Awakenings
- Front cover of first UK edition, Duckworth & Co., 1973
- Author: Oliver Sacks
- Language: English
- Subject: Neurology, psychology
- Genre: Case history
- Publisher: Duckworth & Co., 1973 Pelican, 1976 Picador, 1991, 2006, 2010
- Publication date: 1973, revised 1976 and 1991
- Publication place: United States
- Pages: 408 (First edition)
- ISBN: 0-375-70405-1
- OCLC: 21910570
- Preceded by: Migraine (1970)
- Followed by: A Leg to Stand On (1984)

= Awakenings (book) =

1973 book by Oliver Sacks

Awakenings is a 1973 book by Oliver Sacks. It recounts the life histories of those who had been victims of the 1920s encephalitis lethargica epidemic. Sacks chronicles his efforts in the late 1960s to help these patients at the Beth Abraham Hospital (now Beth Abraham Center for Rehabilitation and Nursing) in the Bronx, New York. The treatment used the new drug L-DOPA, with the observed effects on the patients' symptoms being generally dramatic but temporary.

In 1982, Sacks wrote:

I have become much more optimistic than I was when I […] wrote Awakenings, for there has been a significant number of patients who, following the vicissitudes of their first years on L-DOPA, came to do – and still do – extremely well. Such patients have undergone an enduring awakening, and enjoy possibilities of life which had been impossible, unthinkable, before the coming of L-DOPA.

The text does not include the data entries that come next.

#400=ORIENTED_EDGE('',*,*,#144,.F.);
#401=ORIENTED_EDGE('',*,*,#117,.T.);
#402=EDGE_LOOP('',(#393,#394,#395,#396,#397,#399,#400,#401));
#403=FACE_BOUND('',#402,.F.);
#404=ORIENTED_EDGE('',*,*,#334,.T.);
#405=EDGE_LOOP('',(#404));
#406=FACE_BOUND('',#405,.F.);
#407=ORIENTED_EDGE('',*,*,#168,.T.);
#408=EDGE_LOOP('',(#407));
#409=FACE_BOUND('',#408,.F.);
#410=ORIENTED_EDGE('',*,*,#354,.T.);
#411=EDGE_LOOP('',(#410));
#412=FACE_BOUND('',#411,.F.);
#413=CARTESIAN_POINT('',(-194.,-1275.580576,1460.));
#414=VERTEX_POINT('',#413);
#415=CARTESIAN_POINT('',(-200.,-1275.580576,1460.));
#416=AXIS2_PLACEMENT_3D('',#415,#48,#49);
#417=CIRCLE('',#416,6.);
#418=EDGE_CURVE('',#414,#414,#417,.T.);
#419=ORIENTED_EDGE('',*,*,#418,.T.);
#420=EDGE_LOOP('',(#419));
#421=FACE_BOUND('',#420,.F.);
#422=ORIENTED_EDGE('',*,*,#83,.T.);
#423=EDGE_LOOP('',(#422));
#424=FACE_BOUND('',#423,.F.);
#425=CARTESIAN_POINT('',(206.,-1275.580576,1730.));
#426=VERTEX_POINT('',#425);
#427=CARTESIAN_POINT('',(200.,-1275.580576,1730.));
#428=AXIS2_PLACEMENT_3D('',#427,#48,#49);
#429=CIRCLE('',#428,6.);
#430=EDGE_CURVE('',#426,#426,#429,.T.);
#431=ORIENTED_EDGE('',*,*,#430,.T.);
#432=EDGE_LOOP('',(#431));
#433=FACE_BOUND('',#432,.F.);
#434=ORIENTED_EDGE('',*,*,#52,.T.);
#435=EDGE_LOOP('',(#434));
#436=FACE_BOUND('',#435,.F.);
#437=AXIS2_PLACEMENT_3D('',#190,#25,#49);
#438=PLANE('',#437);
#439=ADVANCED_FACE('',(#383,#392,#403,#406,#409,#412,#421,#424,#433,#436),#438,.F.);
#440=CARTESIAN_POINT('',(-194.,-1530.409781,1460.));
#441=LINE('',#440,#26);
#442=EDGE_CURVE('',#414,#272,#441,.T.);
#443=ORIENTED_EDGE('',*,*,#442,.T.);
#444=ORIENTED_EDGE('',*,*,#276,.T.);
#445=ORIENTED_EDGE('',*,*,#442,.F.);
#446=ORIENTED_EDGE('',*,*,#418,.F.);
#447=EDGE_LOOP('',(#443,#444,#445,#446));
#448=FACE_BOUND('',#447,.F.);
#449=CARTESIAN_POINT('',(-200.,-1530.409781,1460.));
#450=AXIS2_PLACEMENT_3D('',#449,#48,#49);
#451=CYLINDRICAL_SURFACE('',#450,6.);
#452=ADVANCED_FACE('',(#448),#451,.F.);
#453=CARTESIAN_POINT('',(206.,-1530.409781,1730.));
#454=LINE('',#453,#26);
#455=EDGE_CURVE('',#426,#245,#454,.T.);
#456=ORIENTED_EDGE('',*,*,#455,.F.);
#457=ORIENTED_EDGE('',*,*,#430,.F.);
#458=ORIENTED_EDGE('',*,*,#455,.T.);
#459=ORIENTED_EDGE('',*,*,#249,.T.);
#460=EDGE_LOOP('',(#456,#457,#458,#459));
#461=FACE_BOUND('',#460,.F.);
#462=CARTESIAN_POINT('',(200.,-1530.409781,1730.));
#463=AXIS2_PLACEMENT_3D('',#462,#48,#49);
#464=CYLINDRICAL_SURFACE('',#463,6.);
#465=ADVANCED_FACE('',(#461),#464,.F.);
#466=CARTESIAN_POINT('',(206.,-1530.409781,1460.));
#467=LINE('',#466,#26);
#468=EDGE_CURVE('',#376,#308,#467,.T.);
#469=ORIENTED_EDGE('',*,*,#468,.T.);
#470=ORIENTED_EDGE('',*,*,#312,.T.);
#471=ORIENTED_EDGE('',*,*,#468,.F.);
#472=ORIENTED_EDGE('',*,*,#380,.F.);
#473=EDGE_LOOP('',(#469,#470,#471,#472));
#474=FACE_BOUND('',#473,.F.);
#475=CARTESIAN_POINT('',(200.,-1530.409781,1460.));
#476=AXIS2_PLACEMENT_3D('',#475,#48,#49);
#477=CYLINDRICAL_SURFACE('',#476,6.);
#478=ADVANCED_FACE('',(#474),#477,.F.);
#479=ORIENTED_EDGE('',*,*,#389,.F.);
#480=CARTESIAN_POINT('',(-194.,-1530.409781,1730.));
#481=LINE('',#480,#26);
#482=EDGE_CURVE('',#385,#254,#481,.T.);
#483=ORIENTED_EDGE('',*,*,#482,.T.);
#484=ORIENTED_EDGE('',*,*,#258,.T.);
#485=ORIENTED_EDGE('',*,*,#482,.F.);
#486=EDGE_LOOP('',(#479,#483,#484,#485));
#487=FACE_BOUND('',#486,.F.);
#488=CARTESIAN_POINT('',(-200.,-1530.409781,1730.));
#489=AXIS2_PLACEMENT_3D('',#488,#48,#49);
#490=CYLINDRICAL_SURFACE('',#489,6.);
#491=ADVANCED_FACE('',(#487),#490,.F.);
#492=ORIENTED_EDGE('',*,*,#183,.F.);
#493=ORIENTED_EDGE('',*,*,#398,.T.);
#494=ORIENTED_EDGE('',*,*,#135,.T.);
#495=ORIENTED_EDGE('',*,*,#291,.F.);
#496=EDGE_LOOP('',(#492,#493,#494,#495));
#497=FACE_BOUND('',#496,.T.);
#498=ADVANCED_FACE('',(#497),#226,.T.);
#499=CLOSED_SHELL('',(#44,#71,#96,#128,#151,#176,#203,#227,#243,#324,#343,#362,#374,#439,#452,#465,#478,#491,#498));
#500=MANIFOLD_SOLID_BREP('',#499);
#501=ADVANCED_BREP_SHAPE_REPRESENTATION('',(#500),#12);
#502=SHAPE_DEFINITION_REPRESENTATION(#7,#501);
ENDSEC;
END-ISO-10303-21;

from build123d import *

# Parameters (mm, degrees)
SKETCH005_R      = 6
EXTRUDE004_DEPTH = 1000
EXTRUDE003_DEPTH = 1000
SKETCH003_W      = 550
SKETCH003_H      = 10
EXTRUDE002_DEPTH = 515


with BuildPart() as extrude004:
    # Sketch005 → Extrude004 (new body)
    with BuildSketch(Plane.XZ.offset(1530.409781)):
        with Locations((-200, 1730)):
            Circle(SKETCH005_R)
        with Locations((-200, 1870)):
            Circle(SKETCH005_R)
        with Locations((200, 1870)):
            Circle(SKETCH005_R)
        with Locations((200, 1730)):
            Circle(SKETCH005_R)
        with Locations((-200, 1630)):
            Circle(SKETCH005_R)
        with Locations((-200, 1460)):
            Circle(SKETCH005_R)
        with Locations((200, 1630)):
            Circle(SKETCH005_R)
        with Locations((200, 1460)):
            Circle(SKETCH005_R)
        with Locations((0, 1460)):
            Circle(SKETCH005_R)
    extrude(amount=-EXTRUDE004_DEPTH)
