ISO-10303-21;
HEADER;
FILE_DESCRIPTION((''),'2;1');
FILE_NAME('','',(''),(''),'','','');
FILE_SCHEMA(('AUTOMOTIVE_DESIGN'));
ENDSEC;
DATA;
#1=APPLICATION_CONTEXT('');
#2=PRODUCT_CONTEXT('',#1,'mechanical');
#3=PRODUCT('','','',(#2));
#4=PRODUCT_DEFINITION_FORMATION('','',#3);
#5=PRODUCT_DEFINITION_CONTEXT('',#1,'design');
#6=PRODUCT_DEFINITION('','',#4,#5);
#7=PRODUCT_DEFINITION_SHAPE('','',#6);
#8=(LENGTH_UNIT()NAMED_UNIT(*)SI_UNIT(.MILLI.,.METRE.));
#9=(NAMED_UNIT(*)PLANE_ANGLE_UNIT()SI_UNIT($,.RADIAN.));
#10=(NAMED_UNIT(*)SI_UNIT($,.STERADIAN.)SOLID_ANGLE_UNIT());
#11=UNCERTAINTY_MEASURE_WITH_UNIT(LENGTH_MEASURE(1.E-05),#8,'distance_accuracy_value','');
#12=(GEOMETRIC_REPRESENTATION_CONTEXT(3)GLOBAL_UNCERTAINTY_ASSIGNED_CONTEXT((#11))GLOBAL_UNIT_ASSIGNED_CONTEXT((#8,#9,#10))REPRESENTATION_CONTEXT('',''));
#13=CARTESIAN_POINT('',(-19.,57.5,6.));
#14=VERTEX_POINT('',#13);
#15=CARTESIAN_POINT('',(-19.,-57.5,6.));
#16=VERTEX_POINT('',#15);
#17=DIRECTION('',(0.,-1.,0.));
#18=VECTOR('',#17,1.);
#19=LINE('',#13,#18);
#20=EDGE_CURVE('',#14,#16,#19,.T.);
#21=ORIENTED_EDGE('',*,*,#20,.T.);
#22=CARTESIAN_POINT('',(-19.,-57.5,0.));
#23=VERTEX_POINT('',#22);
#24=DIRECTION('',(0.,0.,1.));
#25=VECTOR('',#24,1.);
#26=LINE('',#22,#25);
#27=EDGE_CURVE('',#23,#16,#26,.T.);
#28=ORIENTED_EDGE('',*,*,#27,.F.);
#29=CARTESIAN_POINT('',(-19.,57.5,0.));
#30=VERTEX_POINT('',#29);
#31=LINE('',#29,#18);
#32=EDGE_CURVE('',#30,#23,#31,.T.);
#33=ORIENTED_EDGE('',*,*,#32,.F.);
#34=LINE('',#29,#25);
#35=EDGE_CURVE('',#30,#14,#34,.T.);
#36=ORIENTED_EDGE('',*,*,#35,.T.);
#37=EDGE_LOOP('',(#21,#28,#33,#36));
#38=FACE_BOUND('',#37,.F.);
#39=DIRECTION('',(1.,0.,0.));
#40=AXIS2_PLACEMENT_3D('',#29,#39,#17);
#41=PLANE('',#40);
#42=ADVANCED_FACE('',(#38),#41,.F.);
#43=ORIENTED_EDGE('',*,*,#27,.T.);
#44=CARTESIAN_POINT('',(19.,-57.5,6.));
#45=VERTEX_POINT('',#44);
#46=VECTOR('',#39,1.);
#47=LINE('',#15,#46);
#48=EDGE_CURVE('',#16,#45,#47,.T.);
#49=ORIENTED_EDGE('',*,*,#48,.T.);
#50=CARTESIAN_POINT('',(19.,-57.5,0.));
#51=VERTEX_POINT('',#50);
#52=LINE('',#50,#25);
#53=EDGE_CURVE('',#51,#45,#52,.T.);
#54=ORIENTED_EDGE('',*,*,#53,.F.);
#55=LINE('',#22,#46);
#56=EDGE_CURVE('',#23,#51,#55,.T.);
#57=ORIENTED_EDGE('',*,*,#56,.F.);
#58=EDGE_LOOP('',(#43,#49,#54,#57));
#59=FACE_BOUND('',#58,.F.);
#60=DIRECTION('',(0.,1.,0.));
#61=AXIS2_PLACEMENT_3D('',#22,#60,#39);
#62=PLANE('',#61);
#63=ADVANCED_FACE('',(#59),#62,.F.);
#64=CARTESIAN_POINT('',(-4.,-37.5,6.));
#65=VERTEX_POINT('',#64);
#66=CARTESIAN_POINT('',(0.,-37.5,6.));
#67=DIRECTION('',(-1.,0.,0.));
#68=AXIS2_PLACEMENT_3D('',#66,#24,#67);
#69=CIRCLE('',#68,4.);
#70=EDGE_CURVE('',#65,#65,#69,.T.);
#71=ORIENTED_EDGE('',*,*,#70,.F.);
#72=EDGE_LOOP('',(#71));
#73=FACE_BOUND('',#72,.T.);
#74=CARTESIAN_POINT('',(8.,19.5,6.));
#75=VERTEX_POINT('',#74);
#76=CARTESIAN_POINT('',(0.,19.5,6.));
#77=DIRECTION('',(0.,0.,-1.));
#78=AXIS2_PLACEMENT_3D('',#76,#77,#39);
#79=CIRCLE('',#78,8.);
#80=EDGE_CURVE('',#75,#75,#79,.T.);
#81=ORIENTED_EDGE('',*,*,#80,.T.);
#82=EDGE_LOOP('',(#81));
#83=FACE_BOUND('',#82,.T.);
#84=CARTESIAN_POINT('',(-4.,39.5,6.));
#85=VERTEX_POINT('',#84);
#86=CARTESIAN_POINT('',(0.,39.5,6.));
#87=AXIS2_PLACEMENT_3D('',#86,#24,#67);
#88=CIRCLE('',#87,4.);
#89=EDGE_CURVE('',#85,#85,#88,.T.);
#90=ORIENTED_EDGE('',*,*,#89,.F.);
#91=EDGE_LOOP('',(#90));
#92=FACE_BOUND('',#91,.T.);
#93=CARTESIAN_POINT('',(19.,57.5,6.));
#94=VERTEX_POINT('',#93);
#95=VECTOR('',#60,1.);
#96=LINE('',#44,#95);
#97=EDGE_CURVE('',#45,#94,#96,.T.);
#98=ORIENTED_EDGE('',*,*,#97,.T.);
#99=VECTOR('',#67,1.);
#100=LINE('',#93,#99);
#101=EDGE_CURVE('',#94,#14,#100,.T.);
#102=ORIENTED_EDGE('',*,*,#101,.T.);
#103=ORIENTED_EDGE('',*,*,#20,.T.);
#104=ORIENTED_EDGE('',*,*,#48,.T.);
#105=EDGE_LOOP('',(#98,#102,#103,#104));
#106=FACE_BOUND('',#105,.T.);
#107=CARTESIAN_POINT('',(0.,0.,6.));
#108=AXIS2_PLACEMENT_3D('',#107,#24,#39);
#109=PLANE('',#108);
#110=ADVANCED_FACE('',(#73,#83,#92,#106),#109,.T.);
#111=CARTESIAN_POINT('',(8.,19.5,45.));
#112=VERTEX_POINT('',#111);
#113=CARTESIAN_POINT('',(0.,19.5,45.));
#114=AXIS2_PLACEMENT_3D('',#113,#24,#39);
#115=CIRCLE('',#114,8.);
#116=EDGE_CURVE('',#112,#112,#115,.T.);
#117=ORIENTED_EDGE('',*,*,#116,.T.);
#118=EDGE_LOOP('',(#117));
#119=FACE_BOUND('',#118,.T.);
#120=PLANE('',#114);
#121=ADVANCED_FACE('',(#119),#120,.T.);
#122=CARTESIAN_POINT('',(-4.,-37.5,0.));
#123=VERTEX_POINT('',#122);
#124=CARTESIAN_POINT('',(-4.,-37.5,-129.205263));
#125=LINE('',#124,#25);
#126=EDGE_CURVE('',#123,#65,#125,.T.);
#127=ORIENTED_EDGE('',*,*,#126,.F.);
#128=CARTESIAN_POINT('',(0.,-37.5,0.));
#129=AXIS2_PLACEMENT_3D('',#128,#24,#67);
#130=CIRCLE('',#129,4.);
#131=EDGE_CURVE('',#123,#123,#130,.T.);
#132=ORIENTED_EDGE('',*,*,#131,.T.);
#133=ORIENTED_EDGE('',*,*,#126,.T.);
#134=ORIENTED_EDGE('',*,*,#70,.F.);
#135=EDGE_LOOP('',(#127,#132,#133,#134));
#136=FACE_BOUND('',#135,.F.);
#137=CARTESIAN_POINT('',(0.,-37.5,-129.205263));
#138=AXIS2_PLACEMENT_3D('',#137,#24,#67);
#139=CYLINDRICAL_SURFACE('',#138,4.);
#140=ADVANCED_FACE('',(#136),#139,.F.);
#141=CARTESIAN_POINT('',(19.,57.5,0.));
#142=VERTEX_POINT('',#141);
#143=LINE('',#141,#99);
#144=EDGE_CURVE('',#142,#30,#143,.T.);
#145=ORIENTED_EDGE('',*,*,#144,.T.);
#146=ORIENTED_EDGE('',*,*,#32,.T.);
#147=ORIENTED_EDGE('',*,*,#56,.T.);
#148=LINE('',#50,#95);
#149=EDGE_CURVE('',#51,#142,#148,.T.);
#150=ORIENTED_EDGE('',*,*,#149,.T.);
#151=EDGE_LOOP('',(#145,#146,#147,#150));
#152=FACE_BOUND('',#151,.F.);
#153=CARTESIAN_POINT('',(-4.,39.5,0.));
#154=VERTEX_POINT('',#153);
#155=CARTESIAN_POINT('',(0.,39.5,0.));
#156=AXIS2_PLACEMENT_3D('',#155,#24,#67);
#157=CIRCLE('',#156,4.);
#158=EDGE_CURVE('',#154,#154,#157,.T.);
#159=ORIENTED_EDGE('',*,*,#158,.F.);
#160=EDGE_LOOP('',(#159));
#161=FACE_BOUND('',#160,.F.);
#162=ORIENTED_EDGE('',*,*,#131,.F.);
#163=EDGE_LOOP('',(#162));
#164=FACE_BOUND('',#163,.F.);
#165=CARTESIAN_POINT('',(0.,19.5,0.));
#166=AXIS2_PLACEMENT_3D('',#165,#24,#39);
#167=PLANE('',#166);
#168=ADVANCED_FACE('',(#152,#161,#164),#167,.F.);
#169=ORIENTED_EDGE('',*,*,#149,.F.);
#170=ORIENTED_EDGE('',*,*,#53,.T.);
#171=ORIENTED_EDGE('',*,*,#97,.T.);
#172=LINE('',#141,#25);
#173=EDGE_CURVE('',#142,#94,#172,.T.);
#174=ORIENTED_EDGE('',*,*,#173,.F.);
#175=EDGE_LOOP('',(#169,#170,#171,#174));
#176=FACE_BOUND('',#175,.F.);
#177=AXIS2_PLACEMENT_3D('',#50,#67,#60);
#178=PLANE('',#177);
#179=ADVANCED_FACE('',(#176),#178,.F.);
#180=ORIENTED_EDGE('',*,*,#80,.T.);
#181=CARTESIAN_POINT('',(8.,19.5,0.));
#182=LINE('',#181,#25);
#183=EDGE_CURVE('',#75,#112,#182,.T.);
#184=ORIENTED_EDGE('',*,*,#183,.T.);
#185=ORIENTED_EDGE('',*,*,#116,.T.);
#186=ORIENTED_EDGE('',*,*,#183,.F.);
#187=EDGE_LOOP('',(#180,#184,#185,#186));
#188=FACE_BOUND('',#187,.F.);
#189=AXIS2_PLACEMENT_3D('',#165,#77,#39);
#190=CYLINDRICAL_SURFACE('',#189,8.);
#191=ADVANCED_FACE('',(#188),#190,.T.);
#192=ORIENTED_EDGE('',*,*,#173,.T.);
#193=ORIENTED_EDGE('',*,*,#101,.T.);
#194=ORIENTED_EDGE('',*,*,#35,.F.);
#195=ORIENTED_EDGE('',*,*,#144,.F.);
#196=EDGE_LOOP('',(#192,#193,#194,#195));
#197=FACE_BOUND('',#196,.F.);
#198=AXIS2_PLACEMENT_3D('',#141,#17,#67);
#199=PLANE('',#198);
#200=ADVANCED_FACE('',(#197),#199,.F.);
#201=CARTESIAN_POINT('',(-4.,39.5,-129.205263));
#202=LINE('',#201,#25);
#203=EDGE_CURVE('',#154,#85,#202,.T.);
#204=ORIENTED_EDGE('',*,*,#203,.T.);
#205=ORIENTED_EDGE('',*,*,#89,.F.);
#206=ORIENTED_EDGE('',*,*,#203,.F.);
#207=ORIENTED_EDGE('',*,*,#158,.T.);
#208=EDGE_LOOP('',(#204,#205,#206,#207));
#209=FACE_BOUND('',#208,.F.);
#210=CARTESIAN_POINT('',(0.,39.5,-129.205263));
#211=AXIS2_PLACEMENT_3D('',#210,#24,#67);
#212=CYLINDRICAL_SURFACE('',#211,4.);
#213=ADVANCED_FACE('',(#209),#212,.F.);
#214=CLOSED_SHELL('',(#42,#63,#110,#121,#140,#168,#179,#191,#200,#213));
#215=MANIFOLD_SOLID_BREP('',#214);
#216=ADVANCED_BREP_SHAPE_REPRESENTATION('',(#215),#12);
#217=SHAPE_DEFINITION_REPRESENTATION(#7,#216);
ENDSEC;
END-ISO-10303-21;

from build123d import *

# Parameters (mm, degrees)
F0_R     = 8
F1_DEPTH = 6
F2_DEPTH = 45
F3_D     = 8


with BuildPart() as f1:
    # F0 (on Top) → F1 (new body)
    with BuildSketch(Plane.XY):
        Polygon((19, 57.5), (0, 57.5), (-19, 57.5), (-19, 0), (-19, -57.5), (0, -57.5), (19, -57.5), (19, 0), align=None)
        with Locations((0, 19.5)):
            Circle(F0_R, mode=Mode.SUBTRACT)
        with Locations((0, 19.5)):
            Circle(F0_R)
    extrude(amount=F1_DEPTH)

    # F0 (on Top) → F2 (join)
    with BuildSketch(Plane.XY):
        with Locations((0, 19.5)):
            Circle(F0_R)
    extrude(amount=F2_DEPTH)

    # F3 (through all)
    with Locations(Plane(origin=(0, 0, 0), x_dir=(1, 0, 0), z_dir=(0, 0, -1))):
        with Locations((0, -39.5), (0, 37.5)):
            Hole(F3_D / 2)


solid = f1.part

The 1976 edition of the book is dedicated to the memory of Sacks's close friend the poet W. H. Auden, and bears an extract from Auden's 1969 poem The Art of Healing:

'Healing',
Papa would tell me,
'is not a science,
but the intuitive art
of wooing Nature.'

Auden himself called Awakenings a masterpiece. In 1974 the book won the Hawthornden Prize.

According to a December 2025 article in the New Yorker, the book was "met with silence or skepticism by other neurologists", and Sacks' findings could not be replicated. Sacks wrote in his private journal that some details of the book were “pure fabrications.” Lawrence Weschler, who was preparing a biography of Sacks, visited the patients described in the book and found "a lot of people shitting in their pants, drooling."

== In popular culture ==
The book inspired a play, two films, a ballet and an opera:
- 1974: the documentary film Awakenings, produced by Duncan Dallas for Yorkshire Television as the first episode and pilot of the British television programme Discovery. The documentary won a Red Ribbon at the 1978 American Film Festival and first prize at the 1978 International Rehabilitation Film Festival.
- 1982: the play A Kind of Alaska by Harold Pinter, performed as part of a trilogy of Pinter's plays titled Other Places.
- 1990: the Oscar-nominated film Awakenings, starring Robert De Niro and Robin Williams.
- 2010: the ballet Awakenings, composed by Tobias Picker for the Rambert Dance Company, and premiered by Rambert in Salford, UK.
- 2022: the opera Awakenings, also composed by Picker, commissioned by Opera Theatre of Saint Louis, with a libretto by Picker's husband Aryeh Lev Stollman, premiered on 11 June 2022.